Cells transfected with pcDNA3.1-COTE1-Flag were resuspended in 1 ml lysis buffer (20 mM Tris, pH 7.5, 150 mM NaCl, 1.0% Triton X-100, 1 mM EDTA, and protease inhibitor cocktail). Immunoprecipitation of lysates was conducted using anti-Flag antibody (1:100; Santa Cruz Biotechnology), followed by immunoblotting with antibodies against WWOX (1:200; Santa Cruz Biotechnology) or COTE1 (1:100; Santa Cruz Biotechnology). Lysate of cells transfected with empty vector (pcDNA3.1) served as a control (12).

Statistical analysis

All quantitative data were recorded as means ± standard deviation (SD).
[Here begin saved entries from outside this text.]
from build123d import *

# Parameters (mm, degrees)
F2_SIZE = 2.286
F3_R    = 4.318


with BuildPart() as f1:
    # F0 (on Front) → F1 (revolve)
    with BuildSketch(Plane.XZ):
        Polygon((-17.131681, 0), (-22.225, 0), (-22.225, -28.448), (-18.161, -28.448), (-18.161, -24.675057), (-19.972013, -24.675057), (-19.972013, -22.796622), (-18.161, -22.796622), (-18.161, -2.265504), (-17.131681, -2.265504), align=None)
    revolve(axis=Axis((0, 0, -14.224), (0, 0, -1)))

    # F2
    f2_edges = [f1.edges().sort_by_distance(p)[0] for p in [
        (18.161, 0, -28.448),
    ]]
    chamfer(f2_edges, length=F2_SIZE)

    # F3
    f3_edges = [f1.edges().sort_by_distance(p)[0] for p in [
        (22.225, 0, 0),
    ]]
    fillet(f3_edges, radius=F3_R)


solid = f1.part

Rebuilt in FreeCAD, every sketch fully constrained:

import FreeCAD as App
import Part
import Sketcher
from FreeCAD import Vector
Q = App.Units.Quantity


def edges_at(feature, points):
    """Names of the edges that pass closest to the given points."""
    edges = feature.Shape.Edges
    near = lambda p: min(range(len(edges)), key=lambda i: edges[i].distToShape(Part.Vertex(*p))[0])
    return sorted({f"Edge{near(p) + 1}" for p in points})


def add_polygon(sketch, points):
    """Adds a closed chain of lines whose ends are joined by coincident constraints."""
    first, n = sketch.GeometryCount, len(points)
    for a, b in zip(points, points[1:] + points[:1]):
        sketch.addGeometry(Part.LineSegment(App.Vector(*a, 0), App.Vector(*b, 0)), False)
    for i in range(n):
        sketch.addConstraint(Sketcher.Constraint("Coincident", first + i, 2, first + (i + 1) % n, 1))

doc = App.newDocument("Part")
body = doc.addObject("PartDesign::Body", "Body")

# Sketch on XZ plane
sketch1 = body.newObject("Sketcher::SketchObject", "Sketch")
sketch1.AttachmentSupport = (doc.getObject("XZ_Plane"), [""])
sketch1.MapMode = "FlatFace"
add_polygon(sketch1, [(-17.1, 0), (-22.2, 0), (-22.2, -28.4), (-18.2, -28.4), (-18.2, -24.7), (-20, -24.7), (-20, -22.8), (-18.2, -22.8), (-18.2, -2.3), (-17.1, -2.3)])  # lines 0-9
sketch1.addConstraint([
    Sketcher.Constraint("Horizontal", 0),
    Sketcher.Constraint("Vertical", 1),
    Sketcher.Constraint("Horizontal", 2),
    Sketcher.Constraint("Vertical", 3),
    Sketcher.Constraint("Horizontal", 4),
    Sketcher.Constraint("Vertical", 5),
    Sketcher.Constraint("Horizontal", 6),
    Sketcher.Constraint("Vertical", 7),
    Sketcher.Constraint("Horizontal", 8),
    Sketcher.Constraint("Vertical", 9),
    Sketcher.Constraint("PointOnObject", 0, 2, -1),
    Sketcher.Constraint("Vertical", 3, 2, 6, 2),
    Sketcher.Constraint("DistanceX", 2, 1, 2, 2, Q("0.16 in")),
    Sketcher.Constraint("DistanceY", 1, 2, 1, 1, Q("1.12 in")),
    Sketcher.Constraint("DistanceX", 0, 2, -1, 1, Q("0.875 in")),
    Sketcher.Constraint("DistanceX", 0, 2, 0, 1, 5.093319),
    Sketcher.Constraint("DistanceX", 4, 2, 4, 1, 1.811013),
    Sketcher.Constraint("DistanceY", 3, 1, 3, 2, 3.772943),
    Sketcher.Constraint("DistanceY", 5, 1, 5, 2, 1.878435),
    Sketcher.Constraint("DistanceY", 7, 1, 7, 2, 20.531118),
])
revolution = body.newObject("PartDesign::Revolution", "Revolution")
revolution.Profile = sketch1
revolution.ReferenceAxis = (sketch1, ["V_Axis"])
revolution.Angle = 360
doc.recompute()

chamfer = body.newObject("PartDesign::Chamfer", "Chamfer")
chamfer.Base = (revolution, edges_at(revolution, [(18.161, 0, -28.448)]))
chamfer.Size = Q("0.09 in")
doc.recompute()

fillet = body.newObject("PartDesign::Fillet", "Fillet")
fillet.Base = (chamfer, edges_at(chamfer, [(22.225, 0, 0)]))
fillet.Radius = Q("0.17 in")

doc.recompute()
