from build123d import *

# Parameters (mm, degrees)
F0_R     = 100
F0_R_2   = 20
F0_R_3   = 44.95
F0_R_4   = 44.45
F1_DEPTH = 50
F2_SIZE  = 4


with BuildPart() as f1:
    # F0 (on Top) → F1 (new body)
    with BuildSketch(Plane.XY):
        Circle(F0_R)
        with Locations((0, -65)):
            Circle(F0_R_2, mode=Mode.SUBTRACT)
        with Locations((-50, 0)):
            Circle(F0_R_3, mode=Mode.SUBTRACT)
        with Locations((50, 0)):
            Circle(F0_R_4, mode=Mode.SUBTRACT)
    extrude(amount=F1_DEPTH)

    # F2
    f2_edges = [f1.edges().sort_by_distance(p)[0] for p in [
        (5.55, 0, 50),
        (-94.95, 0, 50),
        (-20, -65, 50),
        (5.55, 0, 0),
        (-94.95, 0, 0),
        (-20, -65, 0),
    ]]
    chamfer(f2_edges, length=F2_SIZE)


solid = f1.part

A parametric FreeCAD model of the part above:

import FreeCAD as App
import Part
import Sketcher


def edges_at(feature, points):
    """Names of the edges that pass closest to the given points."""
    edges = feature.Shape.Edges
    near = lambda p: min(range(len(edges)), key=lambda i: edges[i].distToShape(Part.Vertex(*p))[0])
    return sorted({f"Edge{near(p) + 1}" for p in points})

doc = App.newDocument("Part")
body = doc.addObject("PartDesign::Body", "Body")

# Sketch on XY plane
sketch1 = body.newObject("Sketcher::SketchObject", "Sketch")
sketch1.AttachmentSupport = (doc.getObject("XY_Plane"), [""])
sketch1.MapMode = "FlatFace"
sketch1.addGeometry([
    Part.Circle(App.Vector(0, 0, 0), App.Vector(0, 0, 1), 100),
    Part.Circle(App.Vector(0, -65, 0), App.Vector(0, 0, 1), 20),
    Part.Circle(App.Vector(-50, 0, 0), App.Vector(0, 0, 1), 44.95),
    Part.Circle(App.Vector(50, 0, 0), App.Vector(0, 0, 1), 44.45),
], False)
sketch1.addConstraint([
    Sketcher.Constraint("Coincident", 0, 3, -1, 1),
    Sketcher.Constraint("Symmetric", 2, 3, 3, 3, -1, 1),
    Sketcher.Constraint("PointOnObject", 1, 3, -2),
    Sketcher.Constraint("PointOnObject", 2, 3, -1),
    Sketcher.Constraint("Diameter", 0, 200.0),
    Sketcher.Constraint("Diameter", 1, 40.0),
    Sketcher.Constraint("Diameter", 2, 89.9),
    Sketcher.Constraint("Diameter", 3, 88.9),
    Sketcher.Constraint("DistanceY", 1, 3, -1, 1, 65.0),
    Sketcher.Constraint("DistanceX", 2, 3, -1, 1, 50.0),
])
pad1 = body.newObject("PartDesign::Pad", "Pad")
pad1.Profile = sketch1
pad1.Length = 50
doc.recompute()

chamfer = body.newObject("PartDesign::Chamfer", "Chamfer")
chamfer.Base = (pad1, edges_at(pad1, [
    (5.55, 0, 50),
    (-94.95, 0, 50),
    (-20, -65, 50),
    (5.55, 0, 0),
    (-94.95, 0, 0),
    (-20, -65, 0),
]))
chamfer.Size = 4

doc.recompute()
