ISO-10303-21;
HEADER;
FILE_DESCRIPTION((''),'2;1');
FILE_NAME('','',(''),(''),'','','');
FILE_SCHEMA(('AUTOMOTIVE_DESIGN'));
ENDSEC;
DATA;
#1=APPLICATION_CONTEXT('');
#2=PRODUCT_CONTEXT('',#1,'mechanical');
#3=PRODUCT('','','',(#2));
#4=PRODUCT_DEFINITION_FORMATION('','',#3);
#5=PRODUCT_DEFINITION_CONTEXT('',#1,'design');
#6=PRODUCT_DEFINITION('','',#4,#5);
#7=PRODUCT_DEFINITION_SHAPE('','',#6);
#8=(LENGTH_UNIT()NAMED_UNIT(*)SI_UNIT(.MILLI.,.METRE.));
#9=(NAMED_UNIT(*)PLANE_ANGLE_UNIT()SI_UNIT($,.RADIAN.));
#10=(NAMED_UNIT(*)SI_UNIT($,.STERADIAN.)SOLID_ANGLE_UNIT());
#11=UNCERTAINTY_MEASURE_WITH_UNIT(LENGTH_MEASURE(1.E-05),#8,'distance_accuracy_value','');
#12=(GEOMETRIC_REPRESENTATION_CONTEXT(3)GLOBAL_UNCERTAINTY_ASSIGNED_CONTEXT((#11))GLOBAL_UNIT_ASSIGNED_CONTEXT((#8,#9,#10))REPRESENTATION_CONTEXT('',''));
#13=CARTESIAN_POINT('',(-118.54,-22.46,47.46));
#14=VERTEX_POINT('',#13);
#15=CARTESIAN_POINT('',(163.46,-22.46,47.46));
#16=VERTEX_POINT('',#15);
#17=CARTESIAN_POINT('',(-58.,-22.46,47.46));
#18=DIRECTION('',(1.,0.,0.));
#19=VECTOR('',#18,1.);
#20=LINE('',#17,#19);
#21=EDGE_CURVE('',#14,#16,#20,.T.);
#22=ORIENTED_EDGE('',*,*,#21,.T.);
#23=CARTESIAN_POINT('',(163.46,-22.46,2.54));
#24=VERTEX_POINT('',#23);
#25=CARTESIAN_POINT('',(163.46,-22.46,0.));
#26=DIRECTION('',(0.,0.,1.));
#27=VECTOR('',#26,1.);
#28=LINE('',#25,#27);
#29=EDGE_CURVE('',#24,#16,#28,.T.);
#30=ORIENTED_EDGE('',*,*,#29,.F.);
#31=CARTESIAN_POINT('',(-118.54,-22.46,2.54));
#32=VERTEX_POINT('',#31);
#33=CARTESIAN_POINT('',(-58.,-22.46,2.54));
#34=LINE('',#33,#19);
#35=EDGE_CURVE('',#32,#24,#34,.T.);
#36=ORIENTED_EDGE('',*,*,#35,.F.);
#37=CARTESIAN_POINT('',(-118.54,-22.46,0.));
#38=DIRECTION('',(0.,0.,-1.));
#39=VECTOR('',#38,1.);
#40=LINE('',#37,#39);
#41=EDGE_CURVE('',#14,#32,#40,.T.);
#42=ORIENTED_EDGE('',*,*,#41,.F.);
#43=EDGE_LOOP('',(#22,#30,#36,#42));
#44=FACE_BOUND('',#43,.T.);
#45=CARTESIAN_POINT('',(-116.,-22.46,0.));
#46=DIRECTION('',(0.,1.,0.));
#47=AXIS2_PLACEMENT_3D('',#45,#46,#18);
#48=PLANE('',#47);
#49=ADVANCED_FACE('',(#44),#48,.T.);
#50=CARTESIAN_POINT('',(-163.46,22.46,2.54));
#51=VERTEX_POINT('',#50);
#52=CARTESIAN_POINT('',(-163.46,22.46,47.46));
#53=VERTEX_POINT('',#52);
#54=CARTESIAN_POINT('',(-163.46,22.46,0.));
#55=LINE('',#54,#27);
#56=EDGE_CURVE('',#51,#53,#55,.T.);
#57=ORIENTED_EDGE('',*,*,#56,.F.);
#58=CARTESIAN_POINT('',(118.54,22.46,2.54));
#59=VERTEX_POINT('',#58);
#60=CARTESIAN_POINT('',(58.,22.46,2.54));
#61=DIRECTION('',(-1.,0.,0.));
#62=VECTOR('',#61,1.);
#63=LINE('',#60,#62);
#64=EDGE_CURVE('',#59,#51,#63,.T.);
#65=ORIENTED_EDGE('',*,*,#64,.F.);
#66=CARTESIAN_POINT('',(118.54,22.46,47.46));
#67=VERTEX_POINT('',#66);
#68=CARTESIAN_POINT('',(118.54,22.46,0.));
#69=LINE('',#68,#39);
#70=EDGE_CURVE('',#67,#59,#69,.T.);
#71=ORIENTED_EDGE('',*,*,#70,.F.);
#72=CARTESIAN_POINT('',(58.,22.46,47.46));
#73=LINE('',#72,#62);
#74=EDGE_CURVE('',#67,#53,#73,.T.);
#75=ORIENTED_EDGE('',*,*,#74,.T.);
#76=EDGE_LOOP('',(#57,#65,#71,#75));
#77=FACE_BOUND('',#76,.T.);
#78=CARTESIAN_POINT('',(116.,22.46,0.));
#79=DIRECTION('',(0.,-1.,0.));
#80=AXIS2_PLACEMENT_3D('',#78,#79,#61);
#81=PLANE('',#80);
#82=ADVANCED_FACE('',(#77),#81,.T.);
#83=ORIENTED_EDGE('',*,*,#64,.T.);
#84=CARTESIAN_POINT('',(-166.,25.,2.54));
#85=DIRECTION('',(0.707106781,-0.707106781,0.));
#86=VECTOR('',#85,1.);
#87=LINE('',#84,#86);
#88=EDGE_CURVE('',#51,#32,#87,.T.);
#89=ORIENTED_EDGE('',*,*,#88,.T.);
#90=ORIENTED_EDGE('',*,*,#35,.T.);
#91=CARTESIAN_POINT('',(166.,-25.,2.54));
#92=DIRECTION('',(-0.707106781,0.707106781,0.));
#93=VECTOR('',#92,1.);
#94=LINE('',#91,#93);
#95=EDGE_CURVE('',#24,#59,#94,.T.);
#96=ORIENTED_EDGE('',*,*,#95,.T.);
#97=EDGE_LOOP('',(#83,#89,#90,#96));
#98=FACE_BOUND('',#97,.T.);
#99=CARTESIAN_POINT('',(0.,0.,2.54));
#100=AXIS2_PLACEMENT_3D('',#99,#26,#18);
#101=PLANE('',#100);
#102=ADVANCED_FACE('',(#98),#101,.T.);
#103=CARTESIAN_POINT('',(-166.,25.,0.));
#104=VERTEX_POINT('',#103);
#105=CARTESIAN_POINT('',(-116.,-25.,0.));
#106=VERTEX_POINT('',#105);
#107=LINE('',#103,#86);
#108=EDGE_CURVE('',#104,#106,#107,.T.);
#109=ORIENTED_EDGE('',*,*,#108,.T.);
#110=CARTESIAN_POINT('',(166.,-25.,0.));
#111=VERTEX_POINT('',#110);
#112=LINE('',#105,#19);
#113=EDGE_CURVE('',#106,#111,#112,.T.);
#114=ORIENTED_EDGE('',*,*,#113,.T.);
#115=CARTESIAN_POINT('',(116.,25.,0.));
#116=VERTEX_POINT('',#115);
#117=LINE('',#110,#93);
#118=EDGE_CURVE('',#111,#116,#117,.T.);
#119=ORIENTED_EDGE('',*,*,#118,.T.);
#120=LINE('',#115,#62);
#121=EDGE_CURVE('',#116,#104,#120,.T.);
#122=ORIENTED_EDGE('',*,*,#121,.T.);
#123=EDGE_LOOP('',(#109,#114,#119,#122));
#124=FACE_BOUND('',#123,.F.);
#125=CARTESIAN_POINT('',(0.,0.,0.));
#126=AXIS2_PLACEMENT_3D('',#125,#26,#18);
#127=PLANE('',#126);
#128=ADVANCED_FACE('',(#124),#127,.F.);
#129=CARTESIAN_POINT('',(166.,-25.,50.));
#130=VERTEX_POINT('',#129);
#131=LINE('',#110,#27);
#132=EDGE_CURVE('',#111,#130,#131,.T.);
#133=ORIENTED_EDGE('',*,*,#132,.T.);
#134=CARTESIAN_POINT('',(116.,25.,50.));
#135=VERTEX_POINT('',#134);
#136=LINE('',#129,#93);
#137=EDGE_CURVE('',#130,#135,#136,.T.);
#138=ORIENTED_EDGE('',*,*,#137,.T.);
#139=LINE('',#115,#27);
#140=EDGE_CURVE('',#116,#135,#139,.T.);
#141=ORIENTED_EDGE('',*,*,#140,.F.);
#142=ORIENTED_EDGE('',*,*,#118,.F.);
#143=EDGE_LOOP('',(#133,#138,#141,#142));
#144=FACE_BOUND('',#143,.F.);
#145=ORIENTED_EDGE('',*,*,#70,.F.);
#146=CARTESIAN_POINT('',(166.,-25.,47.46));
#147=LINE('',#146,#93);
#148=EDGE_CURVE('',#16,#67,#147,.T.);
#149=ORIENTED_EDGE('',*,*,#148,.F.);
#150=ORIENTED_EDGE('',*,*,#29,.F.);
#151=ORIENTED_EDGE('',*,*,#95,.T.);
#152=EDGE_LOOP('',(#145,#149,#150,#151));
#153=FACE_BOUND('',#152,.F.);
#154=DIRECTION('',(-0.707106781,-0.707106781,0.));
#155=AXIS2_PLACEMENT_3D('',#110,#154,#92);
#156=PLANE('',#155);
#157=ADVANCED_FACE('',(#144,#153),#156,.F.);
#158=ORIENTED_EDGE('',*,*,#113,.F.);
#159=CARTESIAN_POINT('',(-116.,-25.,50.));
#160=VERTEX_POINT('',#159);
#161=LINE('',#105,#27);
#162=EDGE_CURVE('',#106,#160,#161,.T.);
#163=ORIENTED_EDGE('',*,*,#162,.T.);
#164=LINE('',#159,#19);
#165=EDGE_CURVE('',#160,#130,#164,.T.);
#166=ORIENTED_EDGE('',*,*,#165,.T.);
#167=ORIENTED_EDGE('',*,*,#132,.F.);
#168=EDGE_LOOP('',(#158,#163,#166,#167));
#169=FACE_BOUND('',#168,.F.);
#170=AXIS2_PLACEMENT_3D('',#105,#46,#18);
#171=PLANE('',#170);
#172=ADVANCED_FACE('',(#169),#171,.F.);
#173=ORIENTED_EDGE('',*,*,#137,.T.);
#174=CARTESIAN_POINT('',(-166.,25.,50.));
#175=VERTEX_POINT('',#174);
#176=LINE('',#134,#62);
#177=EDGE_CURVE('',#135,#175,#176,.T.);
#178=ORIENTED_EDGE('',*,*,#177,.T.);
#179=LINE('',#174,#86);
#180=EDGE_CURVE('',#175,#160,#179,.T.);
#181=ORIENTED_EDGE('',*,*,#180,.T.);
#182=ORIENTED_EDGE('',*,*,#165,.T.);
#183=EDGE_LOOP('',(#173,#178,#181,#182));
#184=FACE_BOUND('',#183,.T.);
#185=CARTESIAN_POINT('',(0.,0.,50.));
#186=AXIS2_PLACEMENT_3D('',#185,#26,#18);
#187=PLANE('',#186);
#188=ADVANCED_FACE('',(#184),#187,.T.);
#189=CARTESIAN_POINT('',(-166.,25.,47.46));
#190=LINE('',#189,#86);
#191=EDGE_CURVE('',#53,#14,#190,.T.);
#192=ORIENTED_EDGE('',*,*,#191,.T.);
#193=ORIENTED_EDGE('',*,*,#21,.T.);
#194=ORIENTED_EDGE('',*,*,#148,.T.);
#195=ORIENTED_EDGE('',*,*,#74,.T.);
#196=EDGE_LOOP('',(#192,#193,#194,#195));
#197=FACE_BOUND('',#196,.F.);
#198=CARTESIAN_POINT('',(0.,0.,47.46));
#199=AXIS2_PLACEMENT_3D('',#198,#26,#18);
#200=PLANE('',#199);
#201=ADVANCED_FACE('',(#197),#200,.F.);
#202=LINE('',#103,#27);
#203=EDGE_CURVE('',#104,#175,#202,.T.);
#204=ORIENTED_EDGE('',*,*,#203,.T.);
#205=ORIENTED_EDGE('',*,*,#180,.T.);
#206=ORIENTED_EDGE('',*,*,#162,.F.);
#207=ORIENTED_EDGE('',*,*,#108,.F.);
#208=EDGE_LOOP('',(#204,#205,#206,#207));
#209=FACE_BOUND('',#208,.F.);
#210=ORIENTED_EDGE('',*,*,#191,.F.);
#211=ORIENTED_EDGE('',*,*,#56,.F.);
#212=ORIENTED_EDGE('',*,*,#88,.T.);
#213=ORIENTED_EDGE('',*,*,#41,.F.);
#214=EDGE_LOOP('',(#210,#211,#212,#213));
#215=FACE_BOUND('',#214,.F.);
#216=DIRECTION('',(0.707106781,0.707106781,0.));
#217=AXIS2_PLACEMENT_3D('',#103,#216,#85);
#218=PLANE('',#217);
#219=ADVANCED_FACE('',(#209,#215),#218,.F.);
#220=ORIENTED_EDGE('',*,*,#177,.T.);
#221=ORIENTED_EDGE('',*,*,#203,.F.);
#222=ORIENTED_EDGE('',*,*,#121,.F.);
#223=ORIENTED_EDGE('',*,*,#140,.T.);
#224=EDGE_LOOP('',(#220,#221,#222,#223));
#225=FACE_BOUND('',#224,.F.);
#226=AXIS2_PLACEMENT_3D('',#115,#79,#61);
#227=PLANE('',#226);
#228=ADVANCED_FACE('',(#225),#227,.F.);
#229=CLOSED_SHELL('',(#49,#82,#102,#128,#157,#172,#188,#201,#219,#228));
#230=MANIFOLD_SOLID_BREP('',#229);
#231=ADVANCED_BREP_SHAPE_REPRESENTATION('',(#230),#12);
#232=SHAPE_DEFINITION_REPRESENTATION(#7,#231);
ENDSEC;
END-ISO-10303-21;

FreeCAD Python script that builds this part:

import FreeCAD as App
import Part
import Sketcher

V = App.Vector
Q = App.Units.Quantity


def faces_at(feature, points):
    """Names of the faces that lie closest to the given points."""
    faces = feature.Shape.Faces
    near = lambda p: min(range(len(faces)), key=lambda i: faces[i].distToShape(Part.Vertex(*p))[0])
    return sorted({f"Face{near(p) + 1}" for p in points})


def add_polygon(sketch, points):
    """Adds a closed chain of lines whose ends are joined by coincident constraints."""
    first, n = sketch.GeometryCount, len(points)
    for a, b in zip(points, points[1:] + points[:1]):
        sketch.addGeometry(Part.LineSegment(App.Vector(*a, 0), App.Vector(*b, 0)), False)
    for i in range(n):
        sketch.addConstraint(Sketcher.Constraint("Coincident", first + i, 2, first + (i + 1) % n, 1))

doc = App.newDocument("Part")
body = doc.addObject("PartDesign::Body", "Body")

# Sketch on XY plane
sketch1 = doc.addObject("Sketcher::SketchObject", "Sketch")
body.addObject(sketch1)
sketch1.AttachmentSupport = (doc.XY_Plane, [""])
sketch1.MapMode = "FlatFace"
add_polygon(sketch1, [(-116, -25), (166, -25), (116, 25), (-166, 25)])  # lines 0-3
sketch1.addConstraint([
    Sketcher.Constraint("Horizontal", 0),
    Sketcher.Constraint("Horizontal", 2),
    Sketcher.Constraint("Symmetric", 0, 2, 2, 2, -1, 1),
    Sketcher.Constraint("Parallel", 1, 3),
    Sketcher.Constraint("DistanceX", 0, 1, 0, 2, 282.0),
    Sketcher.Constraint("Angle", 1, Q("135 deg")),
    Sketcher.Constraint("DistanceX", -1, 1, 0, 2, 166.0),
])
pad1 = doc.addObject("PartDesign::Pad", "Pad")
body.addObject(pad1)
pad1.Profile = sketch1
pad1.Length = 50
doc.recompute()

thickness = doc.addObject("PartDesign::Thickness", "Thickness")
body.addObject(thickness)
thickness.Base = (pad1, faces_at(pad1, [(-141, 0, 25), (141, 0, 25)]))
thickness.Value = 2.54
thickness.Reversed = True
thickness.Join = "Arc"

doc.recompute()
Differences between two groups were assessed by Student’s t-test (two-tailed) using GraphPad PRISM 5 software. Comparisons among multiple groups were performed by one-way analysis of variance and least significant difference t-test. Categorical data were evaluated by the χ2 test. In all tests, p<0.05 was considered statistically significant.

Results

Overexpression of COTE1 and its association with malignancy of HCC

Previous gene microarray analysis performed in our laboratory showed that COTE1 was upregulated in 11 paired HCC tissues (data not shown). To confirm these findings, we performed RT-PCR and quantitative PCR to measure the mRNA expression level of COTE1 in 80 paired HCC clinical specimens relative to the levels in corresponding adjacent non-cancerous liver. The results clearly showed upregulation of COTE1 mRNA in HCC specimens (Fig. 1A). To evaluate the protein level of COTE1 in HCC, we performed immunochemical staining with a specific antibody against COTE1 in another 80 matched samples. In non-HCC tissues 24/80 (30%) showed no or weak (+/−) positive staining with the rest showed no staining, whereas 37/80 (46.25%) of cancer specimens showed positive staining: seven mildly positive, 17 moderately positive, and 13 strongly positive (Fig. 1B). We also evaluated the expression pattern of COTE1 in HCC cell lines by RT-PCR and found that COTE1 was highly expressed in 11 of 15 HCC cells relative to expression in normal human adult liver tissue (Fig. 1C). Together, these data showed that COTE1 is upregulated in HCC, confirming the results of the gene microarray analysis.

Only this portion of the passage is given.